What the task requires:
Below are the records; restate word for word the lines from the first through the one containing "#55=LINE('',#45,#54);", and only those.
++++
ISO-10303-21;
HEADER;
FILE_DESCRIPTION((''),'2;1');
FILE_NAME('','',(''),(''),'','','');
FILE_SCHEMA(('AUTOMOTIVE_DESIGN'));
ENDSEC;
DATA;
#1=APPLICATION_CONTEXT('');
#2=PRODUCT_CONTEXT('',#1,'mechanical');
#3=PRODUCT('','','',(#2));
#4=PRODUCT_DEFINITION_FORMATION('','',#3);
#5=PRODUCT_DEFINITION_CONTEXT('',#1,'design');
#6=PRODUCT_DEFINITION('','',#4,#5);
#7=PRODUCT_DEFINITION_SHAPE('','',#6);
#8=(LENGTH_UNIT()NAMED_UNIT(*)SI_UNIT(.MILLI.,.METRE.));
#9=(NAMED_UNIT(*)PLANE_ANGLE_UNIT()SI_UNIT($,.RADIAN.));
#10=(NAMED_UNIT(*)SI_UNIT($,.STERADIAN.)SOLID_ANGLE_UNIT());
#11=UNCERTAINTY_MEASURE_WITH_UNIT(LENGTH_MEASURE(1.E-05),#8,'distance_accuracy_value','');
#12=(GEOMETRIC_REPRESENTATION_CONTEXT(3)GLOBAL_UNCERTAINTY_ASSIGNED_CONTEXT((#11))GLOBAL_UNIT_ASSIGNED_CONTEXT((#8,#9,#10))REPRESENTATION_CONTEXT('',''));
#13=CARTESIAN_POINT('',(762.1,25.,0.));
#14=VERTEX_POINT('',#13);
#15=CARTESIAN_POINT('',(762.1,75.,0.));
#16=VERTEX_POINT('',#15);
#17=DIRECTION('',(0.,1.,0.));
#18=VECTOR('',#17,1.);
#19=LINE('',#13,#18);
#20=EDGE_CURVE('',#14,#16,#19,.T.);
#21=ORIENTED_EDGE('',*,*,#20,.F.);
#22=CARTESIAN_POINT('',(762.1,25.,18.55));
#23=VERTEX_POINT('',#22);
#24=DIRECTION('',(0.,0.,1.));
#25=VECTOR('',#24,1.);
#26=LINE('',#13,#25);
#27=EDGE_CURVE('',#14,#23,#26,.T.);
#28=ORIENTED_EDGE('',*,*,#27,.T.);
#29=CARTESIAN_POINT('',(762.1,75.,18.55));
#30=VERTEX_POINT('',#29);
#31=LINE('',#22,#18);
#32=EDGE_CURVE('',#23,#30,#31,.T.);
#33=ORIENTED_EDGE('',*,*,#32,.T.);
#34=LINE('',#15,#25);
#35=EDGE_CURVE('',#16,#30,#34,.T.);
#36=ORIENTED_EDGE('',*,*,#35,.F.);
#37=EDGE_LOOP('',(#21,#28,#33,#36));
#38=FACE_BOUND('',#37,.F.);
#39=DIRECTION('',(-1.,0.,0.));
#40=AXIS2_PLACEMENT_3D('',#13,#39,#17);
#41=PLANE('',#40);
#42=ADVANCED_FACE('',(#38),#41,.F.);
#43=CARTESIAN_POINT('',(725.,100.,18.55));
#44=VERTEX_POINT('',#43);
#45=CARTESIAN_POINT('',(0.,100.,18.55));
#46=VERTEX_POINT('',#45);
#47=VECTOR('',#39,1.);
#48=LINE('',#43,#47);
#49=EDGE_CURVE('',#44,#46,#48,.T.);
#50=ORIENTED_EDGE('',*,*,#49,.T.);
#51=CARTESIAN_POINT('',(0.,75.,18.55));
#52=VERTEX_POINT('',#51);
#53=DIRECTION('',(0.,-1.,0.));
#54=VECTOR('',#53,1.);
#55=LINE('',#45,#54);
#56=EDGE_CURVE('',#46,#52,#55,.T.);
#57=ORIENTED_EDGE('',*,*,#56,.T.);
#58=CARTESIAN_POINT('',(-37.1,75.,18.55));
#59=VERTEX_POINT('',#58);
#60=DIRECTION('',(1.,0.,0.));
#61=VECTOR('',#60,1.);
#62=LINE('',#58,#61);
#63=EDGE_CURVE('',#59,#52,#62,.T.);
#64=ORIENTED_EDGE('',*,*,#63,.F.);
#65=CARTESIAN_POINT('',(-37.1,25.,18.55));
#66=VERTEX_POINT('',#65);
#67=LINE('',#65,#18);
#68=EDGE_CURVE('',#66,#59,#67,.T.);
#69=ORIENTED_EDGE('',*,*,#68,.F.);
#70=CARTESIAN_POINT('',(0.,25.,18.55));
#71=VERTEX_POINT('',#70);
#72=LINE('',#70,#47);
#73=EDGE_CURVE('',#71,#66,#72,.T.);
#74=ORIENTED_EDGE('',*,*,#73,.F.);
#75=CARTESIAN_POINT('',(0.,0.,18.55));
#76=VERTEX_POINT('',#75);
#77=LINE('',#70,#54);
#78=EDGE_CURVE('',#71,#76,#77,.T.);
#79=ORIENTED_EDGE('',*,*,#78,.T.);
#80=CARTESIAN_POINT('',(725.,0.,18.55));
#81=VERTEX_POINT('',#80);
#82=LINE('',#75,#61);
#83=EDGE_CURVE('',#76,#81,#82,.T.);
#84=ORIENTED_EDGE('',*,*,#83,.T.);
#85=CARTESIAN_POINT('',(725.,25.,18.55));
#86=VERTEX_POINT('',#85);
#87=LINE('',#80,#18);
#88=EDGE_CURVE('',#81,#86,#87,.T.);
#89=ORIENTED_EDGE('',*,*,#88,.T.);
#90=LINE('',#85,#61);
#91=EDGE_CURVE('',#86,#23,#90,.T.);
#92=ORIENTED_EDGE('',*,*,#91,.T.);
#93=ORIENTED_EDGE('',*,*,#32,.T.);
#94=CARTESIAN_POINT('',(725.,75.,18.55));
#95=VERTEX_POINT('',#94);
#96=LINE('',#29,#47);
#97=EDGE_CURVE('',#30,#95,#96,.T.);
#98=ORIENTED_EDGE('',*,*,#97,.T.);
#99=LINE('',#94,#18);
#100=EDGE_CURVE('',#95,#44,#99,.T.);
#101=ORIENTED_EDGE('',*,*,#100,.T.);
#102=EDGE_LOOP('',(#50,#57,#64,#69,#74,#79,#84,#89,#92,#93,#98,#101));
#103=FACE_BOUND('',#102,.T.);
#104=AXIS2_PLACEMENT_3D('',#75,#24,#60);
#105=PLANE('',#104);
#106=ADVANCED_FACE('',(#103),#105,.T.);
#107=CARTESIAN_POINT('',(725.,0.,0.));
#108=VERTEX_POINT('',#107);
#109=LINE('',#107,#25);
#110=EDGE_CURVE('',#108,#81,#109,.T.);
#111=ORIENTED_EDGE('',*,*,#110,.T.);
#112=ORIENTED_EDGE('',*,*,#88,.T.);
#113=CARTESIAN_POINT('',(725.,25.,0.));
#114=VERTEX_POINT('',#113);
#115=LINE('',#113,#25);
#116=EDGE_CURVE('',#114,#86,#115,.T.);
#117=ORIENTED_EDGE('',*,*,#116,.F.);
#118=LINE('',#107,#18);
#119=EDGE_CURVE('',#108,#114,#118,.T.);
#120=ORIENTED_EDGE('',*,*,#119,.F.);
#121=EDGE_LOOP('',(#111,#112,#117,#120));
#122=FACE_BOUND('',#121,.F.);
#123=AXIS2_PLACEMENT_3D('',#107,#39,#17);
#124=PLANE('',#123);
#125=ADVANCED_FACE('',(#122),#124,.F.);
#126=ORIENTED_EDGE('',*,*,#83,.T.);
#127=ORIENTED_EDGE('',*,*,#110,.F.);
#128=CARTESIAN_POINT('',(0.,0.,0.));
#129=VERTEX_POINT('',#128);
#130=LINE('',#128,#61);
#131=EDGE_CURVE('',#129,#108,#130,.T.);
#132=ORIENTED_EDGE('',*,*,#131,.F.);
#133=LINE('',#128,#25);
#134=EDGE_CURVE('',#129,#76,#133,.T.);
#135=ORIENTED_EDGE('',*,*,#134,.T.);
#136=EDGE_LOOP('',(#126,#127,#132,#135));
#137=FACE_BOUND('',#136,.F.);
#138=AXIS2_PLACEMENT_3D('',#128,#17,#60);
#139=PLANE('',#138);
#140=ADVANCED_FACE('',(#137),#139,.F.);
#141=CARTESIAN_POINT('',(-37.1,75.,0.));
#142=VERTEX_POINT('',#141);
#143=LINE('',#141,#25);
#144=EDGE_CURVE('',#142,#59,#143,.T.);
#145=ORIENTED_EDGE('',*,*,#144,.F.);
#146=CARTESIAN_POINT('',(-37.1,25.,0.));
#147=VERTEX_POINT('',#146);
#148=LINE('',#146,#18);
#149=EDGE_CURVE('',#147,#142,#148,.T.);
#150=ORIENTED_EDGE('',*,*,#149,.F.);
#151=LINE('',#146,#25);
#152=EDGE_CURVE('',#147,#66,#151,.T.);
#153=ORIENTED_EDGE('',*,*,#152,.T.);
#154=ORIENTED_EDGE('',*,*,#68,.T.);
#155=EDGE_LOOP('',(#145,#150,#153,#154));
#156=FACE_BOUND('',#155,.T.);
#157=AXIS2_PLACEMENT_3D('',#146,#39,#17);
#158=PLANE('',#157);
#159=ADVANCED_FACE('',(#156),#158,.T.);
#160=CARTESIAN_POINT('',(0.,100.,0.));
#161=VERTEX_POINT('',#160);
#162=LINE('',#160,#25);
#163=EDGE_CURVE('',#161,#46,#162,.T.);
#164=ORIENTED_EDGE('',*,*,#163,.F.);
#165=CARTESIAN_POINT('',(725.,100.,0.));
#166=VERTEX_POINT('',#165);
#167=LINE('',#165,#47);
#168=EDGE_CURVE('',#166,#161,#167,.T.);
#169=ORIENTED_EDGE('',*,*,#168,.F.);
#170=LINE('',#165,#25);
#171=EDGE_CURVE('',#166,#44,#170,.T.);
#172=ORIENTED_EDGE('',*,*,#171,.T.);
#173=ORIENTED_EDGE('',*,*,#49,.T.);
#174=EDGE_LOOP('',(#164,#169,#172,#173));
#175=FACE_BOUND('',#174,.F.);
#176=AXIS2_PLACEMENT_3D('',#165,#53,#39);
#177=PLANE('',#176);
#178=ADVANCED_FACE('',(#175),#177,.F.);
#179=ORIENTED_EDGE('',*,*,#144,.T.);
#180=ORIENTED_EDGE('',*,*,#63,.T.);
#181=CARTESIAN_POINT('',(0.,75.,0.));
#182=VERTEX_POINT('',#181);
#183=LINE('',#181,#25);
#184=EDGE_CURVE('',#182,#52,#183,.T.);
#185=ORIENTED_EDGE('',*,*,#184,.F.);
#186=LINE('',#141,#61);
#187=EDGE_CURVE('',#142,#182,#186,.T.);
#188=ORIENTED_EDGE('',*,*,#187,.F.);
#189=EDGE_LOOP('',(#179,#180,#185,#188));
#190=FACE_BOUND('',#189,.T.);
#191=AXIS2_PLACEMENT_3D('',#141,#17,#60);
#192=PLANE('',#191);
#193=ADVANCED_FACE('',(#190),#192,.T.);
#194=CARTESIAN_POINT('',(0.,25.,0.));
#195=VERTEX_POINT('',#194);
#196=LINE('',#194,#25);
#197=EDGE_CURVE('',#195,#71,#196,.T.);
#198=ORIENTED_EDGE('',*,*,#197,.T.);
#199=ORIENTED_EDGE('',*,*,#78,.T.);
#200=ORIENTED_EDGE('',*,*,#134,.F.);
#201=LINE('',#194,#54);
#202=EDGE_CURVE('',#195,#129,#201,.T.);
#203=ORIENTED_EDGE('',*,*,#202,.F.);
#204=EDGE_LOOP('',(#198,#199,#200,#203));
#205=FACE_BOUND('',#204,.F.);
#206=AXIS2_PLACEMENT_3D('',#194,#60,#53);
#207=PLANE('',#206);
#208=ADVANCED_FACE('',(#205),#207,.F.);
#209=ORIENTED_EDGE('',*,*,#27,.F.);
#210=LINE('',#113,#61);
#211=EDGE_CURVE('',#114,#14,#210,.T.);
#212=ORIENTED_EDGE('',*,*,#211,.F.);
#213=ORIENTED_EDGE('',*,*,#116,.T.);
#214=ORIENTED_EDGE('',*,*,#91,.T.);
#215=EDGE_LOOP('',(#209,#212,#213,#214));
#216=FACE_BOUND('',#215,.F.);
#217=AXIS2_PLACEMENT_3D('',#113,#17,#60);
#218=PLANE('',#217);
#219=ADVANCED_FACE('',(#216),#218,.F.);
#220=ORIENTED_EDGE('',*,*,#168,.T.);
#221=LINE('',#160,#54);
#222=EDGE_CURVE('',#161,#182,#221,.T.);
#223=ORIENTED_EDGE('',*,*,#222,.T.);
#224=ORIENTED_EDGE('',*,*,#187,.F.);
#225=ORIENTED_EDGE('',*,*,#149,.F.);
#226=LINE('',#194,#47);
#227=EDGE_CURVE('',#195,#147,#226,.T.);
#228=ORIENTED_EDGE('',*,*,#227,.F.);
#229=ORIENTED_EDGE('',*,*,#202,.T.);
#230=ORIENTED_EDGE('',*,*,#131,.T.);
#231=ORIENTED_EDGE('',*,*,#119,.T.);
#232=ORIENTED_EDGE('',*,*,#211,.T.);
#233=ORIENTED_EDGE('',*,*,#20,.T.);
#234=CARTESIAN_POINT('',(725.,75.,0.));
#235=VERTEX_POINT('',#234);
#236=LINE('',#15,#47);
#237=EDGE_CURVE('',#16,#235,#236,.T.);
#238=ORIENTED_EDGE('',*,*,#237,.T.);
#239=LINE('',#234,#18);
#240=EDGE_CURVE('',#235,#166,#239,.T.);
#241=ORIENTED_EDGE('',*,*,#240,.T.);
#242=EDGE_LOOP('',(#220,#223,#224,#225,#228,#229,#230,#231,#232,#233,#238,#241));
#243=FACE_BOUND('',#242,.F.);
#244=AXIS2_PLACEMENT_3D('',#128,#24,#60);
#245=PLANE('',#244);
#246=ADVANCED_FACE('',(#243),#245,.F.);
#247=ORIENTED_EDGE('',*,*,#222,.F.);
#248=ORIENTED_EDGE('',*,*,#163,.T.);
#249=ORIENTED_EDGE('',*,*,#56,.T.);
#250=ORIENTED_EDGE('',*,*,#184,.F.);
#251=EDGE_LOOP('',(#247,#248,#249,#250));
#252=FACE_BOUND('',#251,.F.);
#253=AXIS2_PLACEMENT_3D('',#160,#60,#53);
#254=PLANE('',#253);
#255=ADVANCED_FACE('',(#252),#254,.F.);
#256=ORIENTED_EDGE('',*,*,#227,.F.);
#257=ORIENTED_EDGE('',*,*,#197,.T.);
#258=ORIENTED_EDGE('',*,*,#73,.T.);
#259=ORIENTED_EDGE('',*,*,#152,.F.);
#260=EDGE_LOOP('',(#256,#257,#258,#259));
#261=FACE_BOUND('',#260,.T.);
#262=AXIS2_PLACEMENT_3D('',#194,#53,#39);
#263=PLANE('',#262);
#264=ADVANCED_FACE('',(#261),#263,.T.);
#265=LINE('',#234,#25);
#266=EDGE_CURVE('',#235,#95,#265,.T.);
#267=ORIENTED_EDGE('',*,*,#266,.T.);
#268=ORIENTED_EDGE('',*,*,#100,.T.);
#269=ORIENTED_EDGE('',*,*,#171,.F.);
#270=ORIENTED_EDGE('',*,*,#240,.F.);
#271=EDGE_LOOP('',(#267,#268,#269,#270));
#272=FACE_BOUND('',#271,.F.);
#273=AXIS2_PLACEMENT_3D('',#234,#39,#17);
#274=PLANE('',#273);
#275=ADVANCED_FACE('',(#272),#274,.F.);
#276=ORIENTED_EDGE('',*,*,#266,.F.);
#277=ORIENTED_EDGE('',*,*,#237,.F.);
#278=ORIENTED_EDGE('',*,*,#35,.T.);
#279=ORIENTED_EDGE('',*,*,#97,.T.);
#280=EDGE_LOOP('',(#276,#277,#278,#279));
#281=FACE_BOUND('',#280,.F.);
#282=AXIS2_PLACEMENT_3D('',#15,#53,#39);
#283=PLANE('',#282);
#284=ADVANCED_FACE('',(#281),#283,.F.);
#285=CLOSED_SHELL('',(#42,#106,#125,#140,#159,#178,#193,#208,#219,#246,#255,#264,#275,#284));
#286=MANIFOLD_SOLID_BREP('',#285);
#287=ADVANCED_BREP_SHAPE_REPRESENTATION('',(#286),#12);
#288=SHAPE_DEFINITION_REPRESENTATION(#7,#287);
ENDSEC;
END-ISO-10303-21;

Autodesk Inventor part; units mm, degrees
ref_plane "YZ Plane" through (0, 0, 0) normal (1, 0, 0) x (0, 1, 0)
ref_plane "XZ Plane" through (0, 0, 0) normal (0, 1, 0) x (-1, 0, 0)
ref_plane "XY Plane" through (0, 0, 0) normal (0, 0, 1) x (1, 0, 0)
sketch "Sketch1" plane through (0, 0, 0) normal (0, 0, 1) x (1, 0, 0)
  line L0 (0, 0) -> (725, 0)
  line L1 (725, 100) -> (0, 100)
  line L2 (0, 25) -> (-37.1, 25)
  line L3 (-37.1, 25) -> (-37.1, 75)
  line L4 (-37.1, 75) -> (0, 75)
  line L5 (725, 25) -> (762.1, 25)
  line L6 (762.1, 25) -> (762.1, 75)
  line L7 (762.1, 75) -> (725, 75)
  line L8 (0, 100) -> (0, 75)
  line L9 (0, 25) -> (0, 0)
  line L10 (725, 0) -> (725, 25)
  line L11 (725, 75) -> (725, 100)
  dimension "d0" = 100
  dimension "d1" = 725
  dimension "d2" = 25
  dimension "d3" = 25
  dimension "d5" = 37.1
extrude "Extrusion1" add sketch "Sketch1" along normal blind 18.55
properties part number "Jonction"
++++
Solution:
ISO-10303-21;
HEADER;
FILE_DESCRIPTION((''),'2;1');
FILE_NAME('','',(''),(''),'','','');
FILE_SCHEMA(('AUTOMOTIVE_DESIGN'));
ENDSEC;
DATA;
#1=APPLICATION_CONTEXT('');
#2=PRODUCT_CONTEXT('',#1,'mechanical');
#3=PRODUCT('','','',(#2));
#4=PRODUCT_DEFINITION_FORMATION('','',#3);
#5=PRODUCT_DEFINITION_CONTEXT('',#1,'design');
#6=PRODUCT_DEFINITION('','',#4,#5);
#7=PRODUCT_DEFINITION_SHAPE('','',#6);
#8=(LENGTH_UNIT()NAMED_UNIT(*)SI_UNIT(.MILLI.,.METRE.));
#9=(NAMED_UNIT(*)PLANE_ANGLE_UNIT()SI_UNIT($,.RADIAN.));
#10=(NAMED_UNIT(*)SI_UNIT($,.STERADIAN.)SOLID_ANGLE_UNIT());
#11=UNCERTAINTY_MEASURE_WITH_UNIT(LENGTH_MEASURE(1.E-05),#8,'distance_accuracy_value','');
#12=(GEOMETRIC_REPRESENTATION_CONTEXT(3)GLOBAL_UNCERTAINTY_ASSIGNED_CONTEXT((#11))GLOBAL_UNIT_ASSIGNED_CONTEXT((#8,#9,#10))REPRESENTATION_CONTEXT('',''));
#13=CARTESIAN_POINT('',(762.1,25.,0.));
#14=VERTEX_POINT('',#13);
#15=CARTESIAN_POINT('',(762.1,75.,0.));
#16=VERTEX_POINT('',#15);
#17=DIRECTION('',(0.,1.,0.));
#18=VECTOR('',#17,1.);
#19=LINE('',#13,#18);
#20=EDGE_CURVE('',#14,#16,#19,.T.);
#21=ORIENTED_EDGE('',*,*,#20,.F.);
#22=CARTESIAN_POINT('',(762.1,25.,18.55));
#23=VERTEX_POINT('',#22);
#24=DIRECTION('',(0.,0.,1.));
#25=VECTOR('',#24,1.);
#26=LINE('',#13,#25);
#27=EDGE_CURVE('',#14,#23,#26,.T.);
#28=ORIENTED_EDGE('',*,*,#27,.T.);
#29=CARTESIAN_POINT('',(762.1,75.,18.55));
#30=VERTEX_POINT('',#29);
#31=LINE('',#22,#18);
#32=EDGE_CURVE('',#23,#30,#31,.T.);
#33=ORIENTED_EDGE('',*,*,#32,.T.);
#34=LINE('',#15,#25);
#35=EDGE_CURVE('',#16,#30,#34,.T.);
#36=ORIENTED_EDGE('',*,*,#35,.F.);
#37=EDGE_LOOP('',(#21,#28,#33,#36));
#38=FACE_BOUND('',#37,.F.);
#39=DIRECTION('',(-1.,0.,0.));
#40=AXIS2_PLACEMENT_3D('',#13,#39,#17);
#41=PLANE('',#40);
#42=ADVANCED_FACE('',(#38),#41,.F.);
#43=CARTESIAN_POINT('',(725.,100.,18.55));
#44=VERTEX_POINT('',#43);
#45=CARTESIAN_POINT('',(0.,100.,18.55));
#46=VERTEX_POINT('',#45);
#47=VECTOR('',#39,1.);
#48=LINE('',#43,#47);
#49=EDGE_CURVE('',#44,#46,#48,.T.);
#50=ORIENTED_EDGE('',*,*,#49,.T.);
#51=CARTESIAN_POINT('',(0.,75.,18.55));
#52=VERTEX_POINT('',#51);
#53=DIRECTION('',(0.,-1.,0.));
#54=VECTOR('',#53,1.);
#55=LINE('',#45,#54);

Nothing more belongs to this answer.